A large highly inbred kindred with 3 definite and 1 possibly affected siblings with acrocallosal syndrome is reported from the Kaplan Hospital, Rehovot and the Emek Central Hospital, Afula, Israel. The family is of Israeli-Arab extraction and the parents are first cousins. The clinical features are divided into three groups: a) diagnostic/essential findings; b) frequent findings; and c) occasional/associated features. The diagnostic findings include macrocephaly, prominent forehead, hypertelorism, epicanthal folds, downslanted palpebral fissures, small nose with wide nasal bridge, Polydactyly and absent/hypoplastic corpus callosum. Frequent findings include ear anomalies, short upper lip, high arched palate, tapered fingers, hypotonia, and seizures. Polysyndactyly is the single most variable main sign, both in degree and in presence, even within the same family. A review of 18 published cases and the present family shows that the main manifestations are cranial facial anomalies and the abnormality of the corpus callosum. Most families have been reported from northeastern Switzerland and the Mediterranean basin. The present family supports a chromosomal recessive inheritance. [1]

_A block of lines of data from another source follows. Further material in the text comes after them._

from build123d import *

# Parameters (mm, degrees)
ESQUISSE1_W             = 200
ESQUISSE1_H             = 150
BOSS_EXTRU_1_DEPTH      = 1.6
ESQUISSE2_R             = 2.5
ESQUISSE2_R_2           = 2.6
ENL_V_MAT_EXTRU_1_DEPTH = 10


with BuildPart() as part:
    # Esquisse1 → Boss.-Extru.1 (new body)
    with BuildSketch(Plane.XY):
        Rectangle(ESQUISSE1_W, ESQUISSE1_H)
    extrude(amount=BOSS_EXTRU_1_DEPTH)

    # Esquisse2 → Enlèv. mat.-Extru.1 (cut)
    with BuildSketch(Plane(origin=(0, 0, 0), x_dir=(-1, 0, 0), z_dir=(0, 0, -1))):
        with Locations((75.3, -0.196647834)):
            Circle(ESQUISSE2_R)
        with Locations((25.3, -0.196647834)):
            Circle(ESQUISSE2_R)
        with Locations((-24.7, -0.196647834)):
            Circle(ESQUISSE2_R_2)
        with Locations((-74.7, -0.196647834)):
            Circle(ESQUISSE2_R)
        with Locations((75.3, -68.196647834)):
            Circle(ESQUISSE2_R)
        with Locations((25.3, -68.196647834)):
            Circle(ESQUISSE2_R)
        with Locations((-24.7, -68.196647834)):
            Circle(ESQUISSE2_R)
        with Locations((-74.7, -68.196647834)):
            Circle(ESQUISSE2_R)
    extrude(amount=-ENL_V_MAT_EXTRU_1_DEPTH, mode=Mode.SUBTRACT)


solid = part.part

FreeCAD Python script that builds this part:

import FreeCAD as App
import Part
import Sketcher
from FreeCAD import Vector
Q = App.Units.Quantity

doc = App.newDocument("Part")
body = doc.addObject("PartDesign::Body", "Body")

# Sketch on XY plane
sketch1 = body.newObject("Sketcher::SketchObject", "Sketch")
sketch1.AttachmentSupport = (doc.getObject("XY_Plane"), [""])
sketch1.MapMode = "FlatFace"
sketch1.addGeometry([
    Part.LineSegment(Vector(-100, 75, 0), Vector(-100, -75, 0)),
    Part.LineSegment(Vector(-100, -75, 0), Vector(100, -75, 0)),
    Part.LineSegment(Vector(100, -75, 0), Vector(100, 75, 0)),
    Part.LineSegment(Vector(100, 75, 0), Vector(-100, 75, 0)),
], False)
sketch1.addConstraint([
    Sketcher.Constraint("Coincident", 0, 2, 1, 1),
    Sketcher.Constraint("Coincident", 1, 2, 2, 1),
    Sketcher.Constraint("Coincident", 2, 2, 3, 1),
    Sketcher.Constraint("Coincident", 3, 2, 0, 1),
    Sketcher.Constraint("Vertical", 0),
    Sketcher.Constraint("Horizontal", 1),
    Sketcher.Constraint("Vertical", 2),
    Sketcher.Constraint("Horizontal", 3),
    Sketcher.Constraint("Symmetric", 0, 2, 2, 2, -1, 1),
    Sketcher.Constraint("DistanceX", 1, 1, 1, 2, Q("200 mm")),
    Sketcher.Constraint("DistanceY", 0, 2, 0, 1, Q("150 mm")),
])
pad1 = body.newObject("PartDesign::Pad", "Pad")
pad1.Profile = sketch1
pad1.Length = 1.6

# Sketch on XY plane
sketch2 = body.newObject("Sketcher::SketchObject", "Sketch001")
sketch2.AttachmentSupport = (doc.getObject("XY_Plane"), [""])
sketch2.MapMode = "FlatFace"
sketch2.addGeometry([
    Part.Circle(Vector(-75.3, -0.2, 0), Vector(0, 0, 1), 2.5),  # 0
    Part.Circle(Vector(-25.3, -0.2, 0), Vector(0, 0, 1), 2.5),  # 1
    Part.Circle(Vector(24.7, -0.2, 0), Vector(0, 0, 1), 2.6),  # 2
    Part.Circle(Vector(74.7, -0.2, 0), Vector(0, 0, 1), 2.5),  # 3
    Part.Circle(Vector(-75.3, -68.2, 0), Vector(0, 0, 1), 2.5),  # 4
    Part.Circle(Vector(-25.3, -68.2, 0), Vector(0, 0, 1), 2.5),  # 5
    Part.Circle(Vector(24.7, -68.2, 0), Vector(0, 0, 1), 2.5),  # 6
    Part.Circle(Vector(74.7, -68.2, 0), Vector(0, 0, 1), 2.5),  # 7
], False)
sketch2.addConstraint([
    Sketcher.Constraint("Equal", 0, 1),
    Sketcher.Constraint("Equal", 1, 3),
    Sketcher.Constraint("Equal", 3, 4),
    Sketcher.Constraint("Equal", 4, 5),
    Sketcher.Constraint("Equal", 5, 6),
    Sketcher.Constraint("Equal", 6, 7),
    Sketcher.Constraint("Horizontal", 0, 3, 1, 3),
    Sketcher.Constraint("Horizontal", 1, 3, 2, 3),
    Sketcher.Constraint("Horizontal", 2, 3, 3, 3),
    Sketcher.Constraint("Horizontal", 4, 3, 5, 3),
    Sketcher.Constraint("Horizontal", 5, 3, 6, 3),
    Sketcher.Constraint("Horizontal", 6, 3, 7, 3),
    Sketcher.Constraint("Vertical", 0, 3, 4, 3),
    Sketcher.Constraint("Vertical", 1, 3, 5, 3),
    Sketcher.Constraint("Vertical", 2, 3, 6, 3),
    Sketcher.Constraint("Vertical", 3, 3, 7, 3),
    Sketcher.Constraint("Diameter", 0, Q("5 mm")),
    Sketcher.Constraint("Diameter", 2, Q("5.2 mm")),
    Sketcher.Constraint("DistanceX", 0, 3, 1, 3, Q("50 mm")),
    Sketcher.Constraint("DistanceX", 1, 3, 2, 3, Q("50 mm")),
    Sketcher.Constraint("DistanceX", 2, 3, 3, 3, Q("50 mm")),
    Sketcher.Constraint("DistanceY", 4, 3, 0, 3, Q("68 mm")),
    Sketcher.Constraint("DistanceX", 0, 3, -1, 1, Q("75.3 mm")),
    Sketcher.Constraint("DistanceY", 0, 3, -1, 1, Q("0.196648 mm")),
])
pocket1 = body.newObject("PartDesign::Pocket", "Pocket")
pocket1.Profile = sketch2
pocket1.Length = 10
pocket1.Reversed = True

doc.recompute()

COMMENT. The acrocallosal syndrome (Schinzel syndrome) and other syndromes which include callosal agenesis are reviewed in Progress in Pediatric Neurology [2]. At least four distinct syndromes include callosal agenesis as a major component: Aicardi (with infantile spasms, hypsarrythmia, chorioretinal lacunae and coloboma), Schinzel syndrome (with macrocephaly and polysyndactyly), Anderman syndrome (with anterial horn cell disease); and Shapiro syndrome (with recurrent hypothermia).